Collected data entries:
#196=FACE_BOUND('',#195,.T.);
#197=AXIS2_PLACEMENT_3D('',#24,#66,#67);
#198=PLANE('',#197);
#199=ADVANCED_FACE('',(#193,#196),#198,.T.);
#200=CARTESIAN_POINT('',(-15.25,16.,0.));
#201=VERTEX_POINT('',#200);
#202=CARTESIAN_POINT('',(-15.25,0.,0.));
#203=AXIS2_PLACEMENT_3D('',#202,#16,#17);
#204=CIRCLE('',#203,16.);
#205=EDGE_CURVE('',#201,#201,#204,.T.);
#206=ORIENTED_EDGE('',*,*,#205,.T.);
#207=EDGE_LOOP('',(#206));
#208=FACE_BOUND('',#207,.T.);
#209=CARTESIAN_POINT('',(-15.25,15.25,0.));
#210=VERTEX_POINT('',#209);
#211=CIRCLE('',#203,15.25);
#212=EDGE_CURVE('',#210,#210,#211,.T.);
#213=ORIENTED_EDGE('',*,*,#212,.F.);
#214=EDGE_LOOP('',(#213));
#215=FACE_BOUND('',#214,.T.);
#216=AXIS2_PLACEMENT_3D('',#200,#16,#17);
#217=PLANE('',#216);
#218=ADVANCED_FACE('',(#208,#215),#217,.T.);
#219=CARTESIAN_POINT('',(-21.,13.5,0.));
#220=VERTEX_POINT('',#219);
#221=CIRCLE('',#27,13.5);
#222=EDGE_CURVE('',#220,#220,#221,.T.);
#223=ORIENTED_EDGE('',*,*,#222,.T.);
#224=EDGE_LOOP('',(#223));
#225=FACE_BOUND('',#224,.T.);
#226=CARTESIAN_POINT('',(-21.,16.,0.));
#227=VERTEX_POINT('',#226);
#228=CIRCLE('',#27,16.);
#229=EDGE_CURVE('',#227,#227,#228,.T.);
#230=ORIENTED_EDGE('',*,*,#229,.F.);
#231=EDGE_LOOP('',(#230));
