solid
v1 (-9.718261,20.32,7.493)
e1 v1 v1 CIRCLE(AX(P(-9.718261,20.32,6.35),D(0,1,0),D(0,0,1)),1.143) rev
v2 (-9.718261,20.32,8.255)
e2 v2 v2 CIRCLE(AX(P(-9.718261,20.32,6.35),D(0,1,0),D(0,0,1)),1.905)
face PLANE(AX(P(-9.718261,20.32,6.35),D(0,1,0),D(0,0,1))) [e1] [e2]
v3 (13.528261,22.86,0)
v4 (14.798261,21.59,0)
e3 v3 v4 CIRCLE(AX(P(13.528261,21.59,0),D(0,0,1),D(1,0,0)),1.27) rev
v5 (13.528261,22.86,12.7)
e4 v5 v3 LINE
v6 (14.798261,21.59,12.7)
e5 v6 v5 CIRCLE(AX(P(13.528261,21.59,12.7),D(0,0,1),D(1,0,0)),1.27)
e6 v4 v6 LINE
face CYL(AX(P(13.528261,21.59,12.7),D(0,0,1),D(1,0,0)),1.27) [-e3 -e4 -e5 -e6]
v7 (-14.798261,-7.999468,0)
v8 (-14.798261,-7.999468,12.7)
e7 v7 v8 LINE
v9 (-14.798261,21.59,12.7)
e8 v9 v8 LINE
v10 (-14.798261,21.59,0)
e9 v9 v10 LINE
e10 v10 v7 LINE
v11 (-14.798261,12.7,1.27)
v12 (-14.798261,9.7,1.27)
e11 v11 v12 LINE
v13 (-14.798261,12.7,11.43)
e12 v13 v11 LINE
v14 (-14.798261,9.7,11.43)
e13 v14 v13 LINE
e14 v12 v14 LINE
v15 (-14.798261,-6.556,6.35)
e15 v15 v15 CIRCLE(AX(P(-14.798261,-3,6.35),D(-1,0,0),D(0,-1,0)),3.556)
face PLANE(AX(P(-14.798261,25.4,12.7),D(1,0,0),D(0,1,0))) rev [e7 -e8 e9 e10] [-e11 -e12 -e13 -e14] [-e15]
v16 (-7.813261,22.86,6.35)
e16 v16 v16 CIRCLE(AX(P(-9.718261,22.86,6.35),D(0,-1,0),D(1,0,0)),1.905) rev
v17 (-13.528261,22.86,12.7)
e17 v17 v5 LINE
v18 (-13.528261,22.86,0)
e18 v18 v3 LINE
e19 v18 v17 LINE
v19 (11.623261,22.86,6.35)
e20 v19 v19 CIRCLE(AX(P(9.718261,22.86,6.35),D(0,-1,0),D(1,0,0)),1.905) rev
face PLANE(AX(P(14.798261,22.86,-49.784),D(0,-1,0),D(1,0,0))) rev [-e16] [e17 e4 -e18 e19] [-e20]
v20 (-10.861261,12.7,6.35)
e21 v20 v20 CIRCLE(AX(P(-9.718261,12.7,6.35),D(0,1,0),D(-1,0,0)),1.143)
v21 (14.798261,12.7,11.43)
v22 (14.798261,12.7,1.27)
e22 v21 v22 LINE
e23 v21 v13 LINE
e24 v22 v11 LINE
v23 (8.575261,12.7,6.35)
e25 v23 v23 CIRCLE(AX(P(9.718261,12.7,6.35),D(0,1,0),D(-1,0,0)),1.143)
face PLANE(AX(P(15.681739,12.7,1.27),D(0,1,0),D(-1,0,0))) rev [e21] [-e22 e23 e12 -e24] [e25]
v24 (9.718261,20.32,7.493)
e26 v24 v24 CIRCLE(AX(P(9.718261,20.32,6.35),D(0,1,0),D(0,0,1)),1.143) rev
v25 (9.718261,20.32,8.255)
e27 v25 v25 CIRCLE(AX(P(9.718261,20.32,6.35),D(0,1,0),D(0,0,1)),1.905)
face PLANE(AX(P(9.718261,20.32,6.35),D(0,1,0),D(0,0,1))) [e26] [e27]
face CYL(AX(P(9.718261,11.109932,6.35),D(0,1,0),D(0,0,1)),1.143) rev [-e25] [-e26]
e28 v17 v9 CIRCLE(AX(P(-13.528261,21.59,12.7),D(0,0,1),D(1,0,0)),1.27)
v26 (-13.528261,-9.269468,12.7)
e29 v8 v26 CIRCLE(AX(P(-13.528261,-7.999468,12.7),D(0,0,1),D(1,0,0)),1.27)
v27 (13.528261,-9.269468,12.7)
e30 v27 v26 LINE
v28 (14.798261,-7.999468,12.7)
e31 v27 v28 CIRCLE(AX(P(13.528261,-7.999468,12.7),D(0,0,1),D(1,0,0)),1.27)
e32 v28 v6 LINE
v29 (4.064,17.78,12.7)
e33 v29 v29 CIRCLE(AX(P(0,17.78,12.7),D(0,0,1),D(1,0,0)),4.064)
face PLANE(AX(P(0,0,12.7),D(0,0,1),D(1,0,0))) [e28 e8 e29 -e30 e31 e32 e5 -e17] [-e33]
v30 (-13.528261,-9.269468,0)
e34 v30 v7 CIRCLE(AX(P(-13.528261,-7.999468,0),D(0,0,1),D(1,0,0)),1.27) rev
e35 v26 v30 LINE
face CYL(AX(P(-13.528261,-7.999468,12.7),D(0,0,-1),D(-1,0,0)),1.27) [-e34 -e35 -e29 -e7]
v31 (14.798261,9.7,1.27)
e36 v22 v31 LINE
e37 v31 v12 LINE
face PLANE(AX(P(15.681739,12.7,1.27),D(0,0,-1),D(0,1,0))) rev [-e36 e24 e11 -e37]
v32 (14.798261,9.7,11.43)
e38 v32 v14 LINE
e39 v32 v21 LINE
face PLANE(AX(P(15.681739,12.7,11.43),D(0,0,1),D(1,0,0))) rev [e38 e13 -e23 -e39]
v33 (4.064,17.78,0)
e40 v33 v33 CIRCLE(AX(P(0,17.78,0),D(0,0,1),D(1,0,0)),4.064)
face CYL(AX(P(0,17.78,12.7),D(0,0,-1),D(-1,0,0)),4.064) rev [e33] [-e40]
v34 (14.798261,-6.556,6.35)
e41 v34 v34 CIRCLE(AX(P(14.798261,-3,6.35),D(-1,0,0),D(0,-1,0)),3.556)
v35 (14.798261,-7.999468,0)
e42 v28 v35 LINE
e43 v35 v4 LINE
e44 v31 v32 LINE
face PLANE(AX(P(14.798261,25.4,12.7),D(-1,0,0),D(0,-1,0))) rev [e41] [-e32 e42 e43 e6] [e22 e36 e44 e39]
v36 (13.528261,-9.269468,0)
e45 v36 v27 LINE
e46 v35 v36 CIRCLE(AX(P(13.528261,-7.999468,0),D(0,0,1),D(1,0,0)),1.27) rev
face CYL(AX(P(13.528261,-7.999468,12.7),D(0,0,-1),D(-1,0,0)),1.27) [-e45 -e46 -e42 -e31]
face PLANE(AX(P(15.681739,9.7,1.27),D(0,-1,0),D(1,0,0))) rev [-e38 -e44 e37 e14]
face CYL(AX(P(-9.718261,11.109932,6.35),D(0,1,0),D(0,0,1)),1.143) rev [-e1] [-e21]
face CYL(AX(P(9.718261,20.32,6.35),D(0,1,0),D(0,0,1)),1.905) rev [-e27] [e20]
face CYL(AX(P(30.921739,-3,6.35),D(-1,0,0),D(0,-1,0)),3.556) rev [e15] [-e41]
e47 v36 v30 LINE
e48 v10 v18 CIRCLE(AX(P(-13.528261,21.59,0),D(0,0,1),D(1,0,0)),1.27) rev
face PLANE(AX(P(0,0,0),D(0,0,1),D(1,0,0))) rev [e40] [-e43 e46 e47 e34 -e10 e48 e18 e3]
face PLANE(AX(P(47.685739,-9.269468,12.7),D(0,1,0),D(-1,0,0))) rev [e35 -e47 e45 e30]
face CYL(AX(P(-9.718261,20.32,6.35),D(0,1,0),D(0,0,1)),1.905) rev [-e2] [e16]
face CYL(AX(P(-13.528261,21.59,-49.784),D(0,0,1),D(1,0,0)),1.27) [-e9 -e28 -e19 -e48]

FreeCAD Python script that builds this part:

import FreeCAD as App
import Part
import Sketcher
Q = App.Units.Quantity


def edges_at(feature, points):
    """Names of the edges that pass closest to the given points."""
    edges = feature.Shape.Edges
    near = lambda p: min(range(len(edges)), key=lambda i: edges[i].distToShape(Part.Vertex(*p))[0])
    return sorted({f"Edge{near(p) + 1}" for p in points})


def add_polygon(sketch, points):
    """Adds a closed chain of lines whose ends are joined by coincident constraints."""
    first, n = sketch.GeometryCount, len(points)
    for a, b in zip(points, points[1:] + points[:1]):
        sketch.addGeometry(Part.LineSegment(App.Vector(*a, 0), App.Vector(*b, 0)), False)
    for i in range(n):
        sketch.addConstraint(Sketcher.Constraint("Coincident", first + i, 2, first + (i + 1) % n, 1))

doc = App.newDocument("Part")
params = doc.addObject("Spreadsheet::Sheet", "Params")
for row, (alias, value) in enumerate([
    ("sketch1_diameter", "0.32 in"),
    ("sketch1_height", "2 in"),
    ("pad1_length", "0.5 in"),
    ("sketch2_height", "0.4 in"),
    ("pocket1_length", "1.2 in"),
    ("sketch3_diameter", "0.28 in"),
    ("pocket2_length", "1.8 in"),
    ("sketch4_diameter", "0.09 in"),
    ("pocket3_length", "14.290068 mm"),
    ("sketch5_diameter", "0.15 in"),
    ("pocket4_length", "0.2 in"),
    ("sketch6_height", "0.5 in"),
    ("pocket5_length", "2.46 in"),
    ("sketch7_height", "0.1 in"),
    ("pocket6_length", "2.46 in"),
    ("sketch8_width", "0.2 in"),
    ("sketch8_height", "0.5 in"),
    ("pocket7_length", "2.46 in"),
    ("fillet_radius", "0.05 in"),
], start=1):
    params.set(f"A{row}", alias)
    params.set(f"B{row}", "=" + value)
    params.setAlias(f"B{row}", alias)

body = doc.addObject("PartDesign::Body", "Body")

# Sketch on XY plane
sketch1 = body.newObject("Sketcher::SketchObject", "Sketch")
sketch1.AttachmentSupport = (doc.getObject("XY_Plane"), [""])
sketch1.MapMode = "FlatFace"
add_polygon(sketch1, [(-14.798261, 25.4), (-14.798261, -25.4), (14.798261, -25.4), (14.798261, 25.4)])  # lines 0-3
sketch1.addGeometry(Part.Circle(App.Vector(0, 17.78, 0), App.Vector(0, 0, 1), 4.064), False)  # 4
sketch1.addConstraint(Sketcher.Constraint("Vertical", 0))
sketch1.addConstraint(Sketcher.Constraint("Horizontal", 1))
sketch1.addConstraint(Sketcher.Constraint("Vertical", 2))
sketch1.addConstraint(Sketcher.Constraint("Horizontal", 3))
sketch1.addConstraint(Sketcher.Constraint("Symmetric", 0, 2, 2, 2, -1, 1))
sketch1.addConstraint(Sketcher.Constraint("PointOnObject", 4, 3, -2))
sketch1.addConstraint(Sketcher.Constraint("Diameter", 4, Q("0.32 in")))
sketch1.addConstraint(Sketcher.Constraint("DistanceY", 0, 2, 0, 1, Q("2 in")))
sketch1.addConstraint(Sketcher.Constraint("DistanceY", -1, 1, 4, 3, Q("0.7 in")))
sketch1.addConstraint(Sketcher.Constraint("DistanceX", 1, 1, 1, 2, 29.596522))
sketch1.setExpression("Constraints[10]", "Params.sketch1_diameter")
sketch1.setExpression("Constraints[11]", "Params.sketch1_height")
pad1 = body.newObject("PartDesign::Pad", "Pad")
pad1.Profile = sketch1
pad1.setExpression("Length", "Params.pad1_length")

# Sketch on YZ plane
sketch2 = body.newObject("Sketcher::SketchObject", "Sketch001")
sketch2.AttachmentSupport = (doc.getObject("YZ_Plane"), [""])
sketch2.MapMode = "FlatFace"
sketch2.AttachmentOffset = App.Placement(App.Vector(0, 0, -14.798261), App.Rotation())
add_polygon(sketch2, [(12.7, 1.27), (9.7, 1.27), (9.7, 11.43), (12.7, 11.43)])  # lines 0-3
sketch2.addConstraint(Sketcher.Constraint("Horizontal", 0))
sketch2.addConstraint(Sketcher.Constraint("Vertical", 1))
sketch2.addConstraint(Sketcher.Constraint("Horizontal", 2))
sketch2.addConstraint(Sketcher.Constraint("Vertical", 3))
sketch2.addConstraint(Sketcher.Constraint("DistanceY", 1, 1, 1, 2, Q("0.4 in")))
sketch2.addConstraint(Sketcher.Constraint("DistanceX", -1, 1, 2, 2, Q("0.5 in")))
sketch2.addConstraint(Sketcher.Constraint("DistanceY", -1, 1, 0, 2, Q("0.05 in")))
sketch2.addConstraint(Sketcher.Constraint("DistanceX", 0, 2, 0, 1, 3.0))
sketch2.setExpression("Constraints[8]", "Params.sketch2_height")
pocket1 = body.newObject("PartDesign::Pocket", "Pocket")
pocket1.Profile = sketch2
pocket1.setExpression("Length", "Params.pocket1_length")
pocket1.Reversed = True

# Sketch on YZ plane
sketch3 = body.newObject("Sketcher::SketchObject", "Sketch002")
sketch3.AttachmentSupport = (doc.getObject("YZ_Plane"), [""])
sketch3.MapMode = "FlatFace"
sketch3.AttachmentOffset = App.Placement(App.Vector(0, 0, -14.798261), App.Rotation())
sketch3.addGeometry(Part.Circle(App.Vector(-3, 6.35, 0), App.Vector(0, 0, 1), 3.556), False)
sketch3.addConstraint(Sketcher.Constraint("Diameter", 0, Q("0.28 in")))
sketch3.addConstraint(Sketcher.Constraint("DistanceY", -1, 1, 0, 3, Q("0.25 in")))
sketch3.addConstraint(Sketcher.Constraint("DistanceX", 0, 3, -1, 1, 3.0))
sketch3.setExpression("Constraints[0]", "Params.sketch3_diameter")
pocket2 = body.newObject("PartDesign::Pocket", "Pocket001")
pocket2.Profile = sketch3
pocket2.setExpression("Length", "Params.pocket2_length")
pocket2.Reversed = True

# Sketch on XZ plane
sketch4 = body.newObject("Sketcher::SketchObject", "Sketch003")
sketch4.AttachmentSupport = (doc.getObject("XZ_Plane"), [""])
sketch4.MapMode = "FlatFace"
sketch4.AttachmentOffset = App.Placement(App.Vector(0, 0, -1 * 25.4), App.Rotation())
sketch4.addGeometry(Part.Circle(App.Vector(9.718261, 6.35, 0), App.Vector(0, 0, 1), 1.143), False)
sketch4.addGeometry(Part.Circle(App.Vector(-9.718261, 6.35, 0), App.Vector(0, 0, 1), 1.143), False)
sketch4.addConstraint(Sketcher.Constraint("Equal", 0, 1))
sketch4.addConstraint(Sketcher.Constraint("Symmetric", 0, 3, 1, 3, -2))
sketch4.addConstraint(Sketcher.Constraint("Diameter", 0, Q("0.09 in")))
sketch4.addConstraint(Sketcher.Constraint("DistanceY", -1, 1, 0, 3, Q("0.25 in")))
sketch4.addConstraint(Sketcher.Constraint("DistanceX", -1, 1, 0, 3, 9.718261))
sketch4.setExpression("Constraints[2]", "Params.sketch4_diameter")
pocket3 = body.newObject("PartDesign::Pocket", "Pocket002")
pocket3.Profile = sketch4
pocket3.setExpression("Length", "Params.pocket3_length")
pocket3.Reversed = True

# Sketch on XZ plane
sketch5 = body.newObject("Sketcher::SketchObject", "Sketch004")
sketch5.AttachmentSupport = (doc.getObject("XZ_Plane"), [""])
sketch5.MapMode = "FlatFace"
sketch5.AttachmentOffset = App.Placement(App.Vector(0, 0, -1 * 25.4), App.Rotation())
sketch5.addGeometry(Part.Circle(App.Vector(-9.718261, 6.35, 0), App.Vector(0, 0, 1), 1.905), False)
sketch5.addGeometry(Part.Circle(App.Vector(9.718261, 6.35, 0), App.Vector(0, 0, 1), 1.905), False)
sketch5.addConstraint(Sketcher.Constraint("Equal", 0, 1))
sketch5.addConstraint(Sketcher.Constraint("Symmetric", 0, 3, 1, 3, -2))
sketch5.addConstraint(Sketcher.Constraint("Diameter", 0, Q("0.15 in")))
sketch5.addConstraint(Sketcher.Constraint("DistanceY", -1, 1, 0, 3, Q("0.25 in")))
sketch5.addConstraint(Sketcher.Constraint("DistanceX", 0, 3, -1, 1, 9.718261))
sketch5.setExpression("Constraints[2]", "Params.sketch5_diameter")
pocket4 = body.newObject("PartDesign::Pocket", "Pocket003")
pocket4.Profile = sketch5
pocket4.setExpression("Length", "Params.pocket4_length")
pocket4.Reversed = True

# Sketch on YZ plane
sketch6 = body.newObject("Sketcher::SketchObject", "Sketch005")
sketch6.AttachmentSupport = (doc.getObject("YZ_Plane"), [""])
sketch6.MapMode = "FlatFace"
sketch6.AttachmentOffset = App.Placement(App.Vector(0, 0, -14.798261), App.Rotation())
add_polygon(sketch6, [(-14.349468, 0), (-25.4, 0), (-25.4, 12.7), (-14.349468, 12.7)])  # lines 0-3
sketch6.addConstraint(Sketcher.Constraint("Horizontal", 0))
sketch6.addConstraint(Sketcher.Constraint("Vertical", 1))
sketch6.addConstraint(Sketcher.Constraint("Horizontal", 2))
sketch6.addConstraint(Sketcher.Constraint("Vertical", 3))
sketch6.addConstraint(Sketcher.Constraint("PointOnObject", 0, 2, -1))
sketch6.addConstraint(Sketcher.Constraint("DistanceY", 1, 1, 1, 2, Q("0.5 in")))
sketch6.addConstraint(Sketcher.Constraint("DistanceX", 0, 2, -1, 1, Q("1 in")))
sketch6.addConstraint(Sketcher.Constraint("DistanceX", 0, 2, 0, 1, 11.050532))
sketch6.setExpression("Constraints[9]", "Params.sketch6_height")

> **Task directions**: Reproduce exactly the lines that run from the start of the records to the line with "#217=PLANE('',#216);", both included.

> **Reply**:
#196=FACE_BOUND('',#195,.T.);
#197=AXIS2_PLACEMENT_3D('',#24,#66,#67);
#198=PLANE('',#197);
#199=ADVANCED_FACE('',(#193,#196),#198,.T.);
#200=CARTESIAN_POINT('',(-15.25,16.,0.));
#201=VERTEX_POINT('',#200);
#202=CARTESIAN_POINT('',(-15.25,0.,0.));
#203=AXIS2_PLACEMENT_3D('',#202,#16,#17);
#204=CIRCLE('',#203,16.);
#205=EDGE_CURVE('',#201,#201,#204,.T.);
#206=ORIENTED_EDGE('',*,*,#205,.T.);
#207=EDGE_LOOP('',(#206));
#208=FACE_BOUND('',#207,.T.);
#209=CARTESIAN_POINT('',(-15.25,15.25,0.));
#210=VERTEX_POINT('',#209);
#211=CIRCLE('',#203,15.25);
#212=EDGE_CURVE('',#210,#210,#211,.T.);
#213=ORIENTED_EDGE('',*,*,#212,.F.);
#214=EDGE_LOOP('',(#213));
#215=FACE_BOUND('',#214,.T.);
#216=AXIS2_PLACEMENT_3D('',#200,#16,#17);
#217=PLANE('',#216);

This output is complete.